The COVID-19 crisis has had a huge impact on the Chilean aviation industry. LATAM Airlines Group is currently in the process of Chapter 11 bankruptcy (although there is light at the end of the tunnel); Sky Airline is looking for new investments. Meanwhile, JetSMART signed an impressive partnership with American Airlines last year.
By November 2021, Chilean airlines were serving 41.9% fewer passengers than in 2019; The international portion was 83.9% lower than pre-pandemic levels. However, Chile’s freight market rebounded, growing by 13.4% and 9.0% in the international and domestic markets respectively.
In May 2020, Sky Airline CEO Holger Polmann began looking for new partners after seeing the impact of the pandemic. He set up a company called BTG Pactual to search for new investors.
According to local reports, Sky has met with GOL, Indigo Partners and Chilean businessmen, but without any breakthroughs. Apparently, Sky was only willing to give away a third of the company for US$70 million.
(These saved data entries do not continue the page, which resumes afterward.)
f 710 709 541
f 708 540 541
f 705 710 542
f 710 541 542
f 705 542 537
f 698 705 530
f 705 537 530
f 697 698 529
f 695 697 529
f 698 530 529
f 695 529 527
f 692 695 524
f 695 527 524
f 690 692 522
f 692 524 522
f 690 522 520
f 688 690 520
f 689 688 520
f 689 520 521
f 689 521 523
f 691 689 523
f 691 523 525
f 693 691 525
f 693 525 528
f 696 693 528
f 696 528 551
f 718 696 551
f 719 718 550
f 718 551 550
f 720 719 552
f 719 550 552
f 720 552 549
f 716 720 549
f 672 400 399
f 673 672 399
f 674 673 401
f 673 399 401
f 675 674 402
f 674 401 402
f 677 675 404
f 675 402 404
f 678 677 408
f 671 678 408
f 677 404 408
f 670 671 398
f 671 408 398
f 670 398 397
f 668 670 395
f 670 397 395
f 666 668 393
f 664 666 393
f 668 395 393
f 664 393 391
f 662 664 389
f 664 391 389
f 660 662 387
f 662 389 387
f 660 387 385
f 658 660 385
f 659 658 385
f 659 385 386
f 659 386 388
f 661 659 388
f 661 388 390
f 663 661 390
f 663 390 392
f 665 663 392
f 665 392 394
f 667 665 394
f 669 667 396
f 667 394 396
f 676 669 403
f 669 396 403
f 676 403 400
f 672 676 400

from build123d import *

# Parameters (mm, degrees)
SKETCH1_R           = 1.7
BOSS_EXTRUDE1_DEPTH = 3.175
Pullman said the company needed a strategic partner that would allow it to acquire more shares for future growth.
Meanwhile, Avianca is out of Chapter 11 proceedings. The airline is looking to open 50 new routes in the next three years. Avianca aims to offer the most competitive pricing, with a customized product, without losing its old-fashioned appeal. In order to effectively combine a legacy product with the practicality of a modern, low-cost carrier, perhaps a merger with Sky is exactly what Avianca needs. Only time will prove it.